### Work to complete
What you return should match the records below exactly.

*** Data for analysis Section Begins ***

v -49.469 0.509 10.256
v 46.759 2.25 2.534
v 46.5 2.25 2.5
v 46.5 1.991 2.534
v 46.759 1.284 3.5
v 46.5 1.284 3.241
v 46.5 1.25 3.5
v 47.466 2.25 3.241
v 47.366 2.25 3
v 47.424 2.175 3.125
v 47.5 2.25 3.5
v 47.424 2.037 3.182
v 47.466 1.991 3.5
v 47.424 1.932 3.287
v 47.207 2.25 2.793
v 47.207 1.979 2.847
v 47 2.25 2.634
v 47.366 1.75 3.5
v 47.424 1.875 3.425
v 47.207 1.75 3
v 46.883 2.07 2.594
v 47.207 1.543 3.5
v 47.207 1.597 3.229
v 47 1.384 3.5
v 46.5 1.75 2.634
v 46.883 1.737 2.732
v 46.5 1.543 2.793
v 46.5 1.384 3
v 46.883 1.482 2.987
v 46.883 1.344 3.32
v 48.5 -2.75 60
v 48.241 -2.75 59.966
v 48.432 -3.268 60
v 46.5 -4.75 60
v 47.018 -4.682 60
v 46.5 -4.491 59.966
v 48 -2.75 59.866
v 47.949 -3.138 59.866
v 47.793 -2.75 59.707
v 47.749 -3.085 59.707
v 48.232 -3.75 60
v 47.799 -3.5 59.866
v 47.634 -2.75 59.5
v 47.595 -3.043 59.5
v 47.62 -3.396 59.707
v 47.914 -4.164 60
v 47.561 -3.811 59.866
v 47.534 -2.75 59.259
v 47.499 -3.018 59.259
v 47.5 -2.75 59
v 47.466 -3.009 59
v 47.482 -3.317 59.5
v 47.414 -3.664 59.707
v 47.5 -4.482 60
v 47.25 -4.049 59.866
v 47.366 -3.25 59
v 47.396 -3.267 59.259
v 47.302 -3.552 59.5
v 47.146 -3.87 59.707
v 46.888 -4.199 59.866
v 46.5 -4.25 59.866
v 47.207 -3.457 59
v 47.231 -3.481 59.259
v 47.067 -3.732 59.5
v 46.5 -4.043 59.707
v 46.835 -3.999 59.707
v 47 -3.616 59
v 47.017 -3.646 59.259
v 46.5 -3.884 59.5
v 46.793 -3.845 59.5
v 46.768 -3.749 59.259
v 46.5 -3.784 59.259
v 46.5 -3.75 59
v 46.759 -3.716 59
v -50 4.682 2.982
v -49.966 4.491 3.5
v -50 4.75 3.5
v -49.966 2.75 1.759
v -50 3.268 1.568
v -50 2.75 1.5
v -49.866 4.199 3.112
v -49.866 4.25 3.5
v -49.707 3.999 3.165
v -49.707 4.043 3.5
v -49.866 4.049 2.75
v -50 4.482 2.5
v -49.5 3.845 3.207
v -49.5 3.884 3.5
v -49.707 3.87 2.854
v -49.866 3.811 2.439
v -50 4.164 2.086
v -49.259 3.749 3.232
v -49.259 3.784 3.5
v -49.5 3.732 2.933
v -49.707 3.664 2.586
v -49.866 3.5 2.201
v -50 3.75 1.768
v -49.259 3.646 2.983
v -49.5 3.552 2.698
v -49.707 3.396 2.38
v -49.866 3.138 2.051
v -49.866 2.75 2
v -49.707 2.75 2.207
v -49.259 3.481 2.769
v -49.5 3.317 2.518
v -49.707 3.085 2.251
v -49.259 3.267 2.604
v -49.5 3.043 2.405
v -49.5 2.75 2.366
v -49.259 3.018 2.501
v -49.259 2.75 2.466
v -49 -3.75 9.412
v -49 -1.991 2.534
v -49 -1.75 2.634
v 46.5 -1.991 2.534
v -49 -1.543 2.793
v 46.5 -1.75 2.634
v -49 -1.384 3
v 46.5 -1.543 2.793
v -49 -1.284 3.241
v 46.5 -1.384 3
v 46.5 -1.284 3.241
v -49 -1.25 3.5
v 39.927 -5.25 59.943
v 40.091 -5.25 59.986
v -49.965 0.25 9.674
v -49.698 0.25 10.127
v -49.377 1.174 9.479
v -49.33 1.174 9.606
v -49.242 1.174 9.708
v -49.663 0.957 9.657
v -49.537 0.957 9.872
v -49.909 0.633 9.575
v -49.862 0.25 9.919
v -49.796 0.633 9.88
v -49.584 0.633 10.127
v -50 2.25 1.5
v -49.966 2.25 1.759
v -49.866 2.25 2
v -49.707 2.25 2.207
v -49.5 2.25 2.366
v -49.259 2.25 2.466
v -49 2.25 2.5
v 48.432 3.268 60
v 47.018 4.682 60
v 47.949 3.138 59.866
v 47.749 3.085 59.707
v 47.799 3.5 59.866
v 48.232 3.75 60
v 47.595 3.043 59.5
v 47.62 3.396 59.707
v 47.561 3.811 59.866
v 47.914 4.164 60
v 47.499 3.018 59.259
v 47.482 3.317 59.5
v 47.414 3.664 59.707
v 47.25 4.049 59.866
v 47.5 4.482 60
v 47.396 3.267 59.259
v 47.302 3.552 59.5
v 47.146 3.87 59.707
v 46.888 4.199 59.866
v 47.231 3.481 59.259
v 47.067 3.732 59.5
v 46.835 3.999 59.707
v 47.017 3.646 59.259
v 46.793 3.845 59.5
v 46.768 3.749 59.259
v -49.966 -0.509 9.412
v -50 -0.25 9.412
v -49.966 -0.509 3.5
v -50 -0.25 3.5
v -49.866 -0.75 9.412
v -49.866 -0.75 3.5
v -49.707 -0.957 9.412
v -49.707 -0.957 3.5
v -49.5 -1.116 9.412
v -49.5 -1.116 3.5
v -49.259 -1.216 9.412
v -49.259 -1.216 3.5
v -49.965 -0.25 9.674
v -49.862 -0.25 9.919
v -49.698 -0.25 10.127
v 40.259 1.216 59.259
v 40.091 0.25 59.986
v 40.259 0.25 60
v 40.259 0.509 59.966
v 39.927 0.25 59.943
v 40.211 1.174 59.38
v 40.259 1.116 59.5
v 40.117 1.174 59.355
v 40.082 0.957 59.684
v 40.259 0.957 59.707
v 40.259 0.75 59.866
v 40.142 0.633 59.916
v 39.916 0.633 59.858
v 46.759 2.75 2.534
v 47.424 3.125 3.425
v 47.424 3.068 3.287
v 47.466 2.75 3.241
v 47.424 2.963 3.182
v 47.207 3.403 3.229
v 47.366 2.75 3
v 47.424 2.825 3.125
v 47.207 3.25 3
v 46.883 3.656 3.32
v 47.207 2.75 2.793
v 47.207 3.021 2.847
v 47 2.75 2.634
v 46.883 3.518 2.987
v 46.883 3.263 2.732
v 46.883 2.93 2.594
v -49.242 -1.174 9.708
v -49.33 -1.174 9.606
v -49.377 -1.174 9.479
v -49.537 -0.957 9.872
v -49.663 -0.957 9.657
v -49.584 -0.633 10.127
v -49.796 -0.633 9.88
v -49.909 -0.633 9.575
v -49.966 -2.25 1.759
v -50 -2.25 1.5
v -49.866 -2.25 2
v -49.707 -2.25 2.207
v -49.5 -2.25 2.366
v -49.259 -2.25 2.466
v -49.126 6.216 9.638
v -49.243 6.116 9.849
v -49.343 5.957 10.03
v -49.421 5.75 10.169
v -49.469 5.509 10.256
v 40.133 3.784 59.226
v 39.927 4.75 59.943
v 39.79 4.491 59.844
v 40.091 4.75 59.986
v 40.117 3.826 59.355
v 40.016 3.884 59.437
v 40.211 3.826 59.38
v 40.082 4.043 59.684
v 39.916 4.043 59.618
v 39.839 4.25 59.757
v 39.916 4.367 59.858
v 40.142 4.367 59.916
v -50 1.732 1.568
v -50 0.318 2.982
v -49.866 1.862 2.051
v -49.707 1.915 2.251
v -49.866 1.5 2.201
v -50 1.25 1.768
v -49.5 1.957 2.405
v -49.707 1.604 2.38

*** Data for analysis Section Ends ***

### Exercise output
v -49.469 0.509 10.256
v 46.759 2.25 2.534
v 46.5 2.25 2.5
v 46.5 1.991 2.534
v 46.759 1.284 3.5
v 46.5 1.284 3.241
v 46.5 1.25 3.5
v 47.466 2.25 3.241
v 47.366 2.25 3
v 47.424 2.175 3.125
v 47.5 2.25 3.5
v 47.424 2.037 3.182
v 47.466 1.991 3.5
v 47.424 1.932 3.287
v 47.207 2.25 2.793
v 47.207 1.979 2.847
v 47 2.25 2.634
v 47.366 1.75 3.5
v 47.424 1.875 3.425
v 47.207 1.75 3
v 46.883 2.07 2.594
v 47.207 1.543 3.5
v 47.207 1.597 3.229
v 47 1.384 3.5
v 46.5 1.75 2.634
v 46.883 1.737 2.732
v 46.5 1.543 2.793
v 46.5 1.384 3
v 46.883 1.482 2.987
v 46.883 1.344 3.32
v 48.5 -2.75 60
v 48.241 -2.75 59.966
v 48.432 -3.268 60
v 46.5 -4.75 60
v 47.018 -4.682 60
v 46.5 -4.491 59.966
v 48 -2.75 59.866
v 47.949 -3.138 59.866
v 47.793 -2.75 59.707
v 47.749 -3.085 59.707
v 48.232 -3.75 60
v 47.799 -3.5 59.866
v 47.634 -2.75 59.5
v 47.595 -3.043 59.5
v 47.62 -3.396 59.707
v 47.914 -4.164 60
v 47.561 -3.811 59.866
v 47.534 -2.75 59.259
v 47.499 -3.018 59.259
v 47.5 -2.75 59
v 47.466 -3.009 59
v 47.482 -3.317 59.5
v 47.414 -3.664 59.707
v 47.5 -4.482 60
v 47.25 -4.049 59.866
v 47.366 -3.25 59
v 47.396 -3.267 59.259
v 47.302 -3.552 59.5
v 47.146 -3.87 59.707
v 46.888 -4.199 59.866
v 46.5 -4.25 59.866
v 47.207 -3.457 59
v 47.231 -3.481 59.259
v 47.067 -3.732 59.5
v 46.5 -4.043 59.707
v 46.835 -3.999 59.707
v 47 -3.616 59
v 47.017 -3.646 59.259
v 46.5 -3.884 59.5
v 46.793 -3.845 59.5
v 46.768 -3.749 59.259
v 46.5 -3.784 59.259
v 46.5 -3.75 59
v 46.759 -3.716 59
v -50 4.682 2.982
v -49.966 4.491 3.5
v -50 4.75 3.5
v -49.966 2.75 1.759
v -50 3.268 1.568
v -50 2.75 1.5
v -49.866 4.199 3.112
v -49.866 4.25 3.5
v -49.707 3.999 3.165
v -49.707 4.043 3.5
v -49.866 4.049 2.75
v -50 4.482 2.5
v -49.5 3.845 3.207
v -49.5 3.884 3.5
v -49.707 3.87 2.854
v -49.866 3.811 2.439
v -50 4.164 2.086
v -49.259 3.749 3.232
v -49.259 3.784 3.5
v -49.5 3.732 2.933
v -49.707 3.664 2.586
v -49.866 3.5 2.201
v -50 3.75 1.768
v -49.259 3.646 2.983
v -49.5 3.552 2.698
v -49.707 3.396 2.38
v -49.866 3.138 2.051
v -49.866 2.75 2
v -49.707 2.75 2.207
v -49.259 3.481 2.769
v -49.5 3.317 2.518
v -49.707 3.085 2.251
v -49.259 3.267 2.604
v -49.5 3.043 2.405
v -49.5 2.75 2.366
v -49.259 3.018 2.501
v -49.259 2.75 2.466
v -49 -3.75 9.412
v -49 -1.991 2.534
v -49 -1.75 2.634
v 46.5 -1.991 2.534
v -49 -1.543 2.793
v 46.5 -1.75 2.634
v -49 -1.384 3
v 46.5 -1.543 2.793
v -49 -1.284 3.241
v 46.5 -1.384 3
v 46.5 -1.284 3.241
v -49 -1.25 3.5
v 39.927 -5.25 59.943
v 40.091 -5.25 59.986
v -49.965 0.25 9.674
v -49.698 0.25 10.127
v -49.377 1.174 9.479
v -49.33 1.174 9.606
v -49.242 1.174 9.708
v -49.663 0.957 9.657
v -49.537 0.957 9.872
v -49.909 0.633 9.575
v -49.862 0.25 9.919
v -49.796 0.633 9.88
v -49.584 0.633 10.127
v -50 2.25 1.5
v -49.966 2.25 1.759
v -49.866 2.25 2
v -49.707 2.25 2.207
v -49.5 2.25 2.366
v -49.259 2.25 2.466
v -49 2.25 2.5
v 48.432 3.268 60
v 47.018 4.682 60
v 47.949 3.138 59.866
v 47.749 3.085 59.707
v 47.799 3.5 59.866
v 48.232 3.75 60
v 47.595 3.043 59.5
v 47.62 3.396 59.707
v 47.561 3.811 59.866
v 47.914 4.164 60
v 47.499 3.018 59.259
v 47.482 3.317 59.5
v 47.414 3.664 59.707
v 47.25 4.049 59.866
v 47.5 4.482 60
v 47.396 3.267 59.259
v 47.302 3.552 59.5
v 47.146 3.87 59.707
v 46.888 4.199 59.866
v 47.231 3.481 59.259
v 47.067 3.732 59.5
v 46.835 3.999 59.707
v 47.017 3.646 59.259
v 46.793 3.845 59.5
v 46.768 3.749 59.259
v -49.966 -0.509 9.412
v -50 -0.25 9.412
v -49.966 -0.509 3.5
v -50 -0.25 3.5
v -49.866 -0.75 9.412
v -49.866 -0.75 3.5
v -49.707 -0.957 9.412
v -49.707 -0.957 3.5
v -49.5 -1.116 9.412
v -49.5 -1.116 3.5
v -49.259 -1.216 9.412
v -49.259 -1.216 3.5
v -49.965 -0.25 9.674
v -49.862 -0.25 9.919
v -49.698 -0.25 10.127
v 40.259 1.216 59.259
v 40.091 0.25 59.986
v 40.259 0.25 60
v 40.259 0.509 59.966
v 39.927 0.25 59.943
v 40.211 1.174 59.38
v 40.259 1.116 59.5
v 40.117 1.174 59.355
v 40.082 0.957 59.684
v 40.259 0.957 59.707
v 40.259 0.75 59.866
v 40.142 0.633 59.916
v 39.916 0.633 59.858
v 46.759 2.75 2.534
v 47.424 3.125 3.425
v 47.424 3.068 3.287
v 47.466 2.75 3.241
v 47.424 2.963 3.182
v 47.207 3.403 3.229
v 47.366 2.75 3
v 47.424 2.825 3.125
v 47.207 3.25 3
v 46.883 3.656 3.32
v 47.207 2.75 2.793
v 47.207 3.021 2.847
v 47 2.75 2.634
v 46.883 3.518 2.987
v 46.883 3.263 2.732
v 46.883 2.93 2.594
v -49.242 -1.174 9.708
v -49.33 -1.174 9.606
v -49.377 -1.174 9.479
v -49.537 -0.957 9.872
v -49.663 -0.957 9.657
v -49.584 -0.633 10.127
v -49.796 -0.633 9.88
v -49.909 -0.633 9.575
v -49.966 -2.25 1.759
v -50 -2.25 1.5
v -49.866 -2.25 2
v -49.707 -2.25 2.207
v -49.5 -2.25 2.366
v -49.259 -2.25 2.466
v -49.126 6.216 9.638
v -49.243 6.116 9.849
v -49.343 5.957 10.03
v -49.421 5.75 10.169
v -49.469 5.509 10.256
v 40.133 3.784 59.226
v 39.927 4.75 59.943
v 39.79 4.491 59.844
v 40.091 4.75 59.986
v 40.117 3.826 59.355
v 40.016 3.884 59.437
v 40.211 3.826 59.38
v 40.082 4.043 59.684
v 39.916 4.043 59.618
v 39.839 4.25 59.757
v 39.916 4.367 59.858
v 40.142 4.367 59.916
v -50 1.732 1.568
v -50 0.318 2.982
v -49.866 1.862 2.051
v -49.707 1.915 2.251
v -49.866 1.5 2.201
v -50 1.25 1.768
v -49.5 1.957 2.405
v -49.707 1.604 2.38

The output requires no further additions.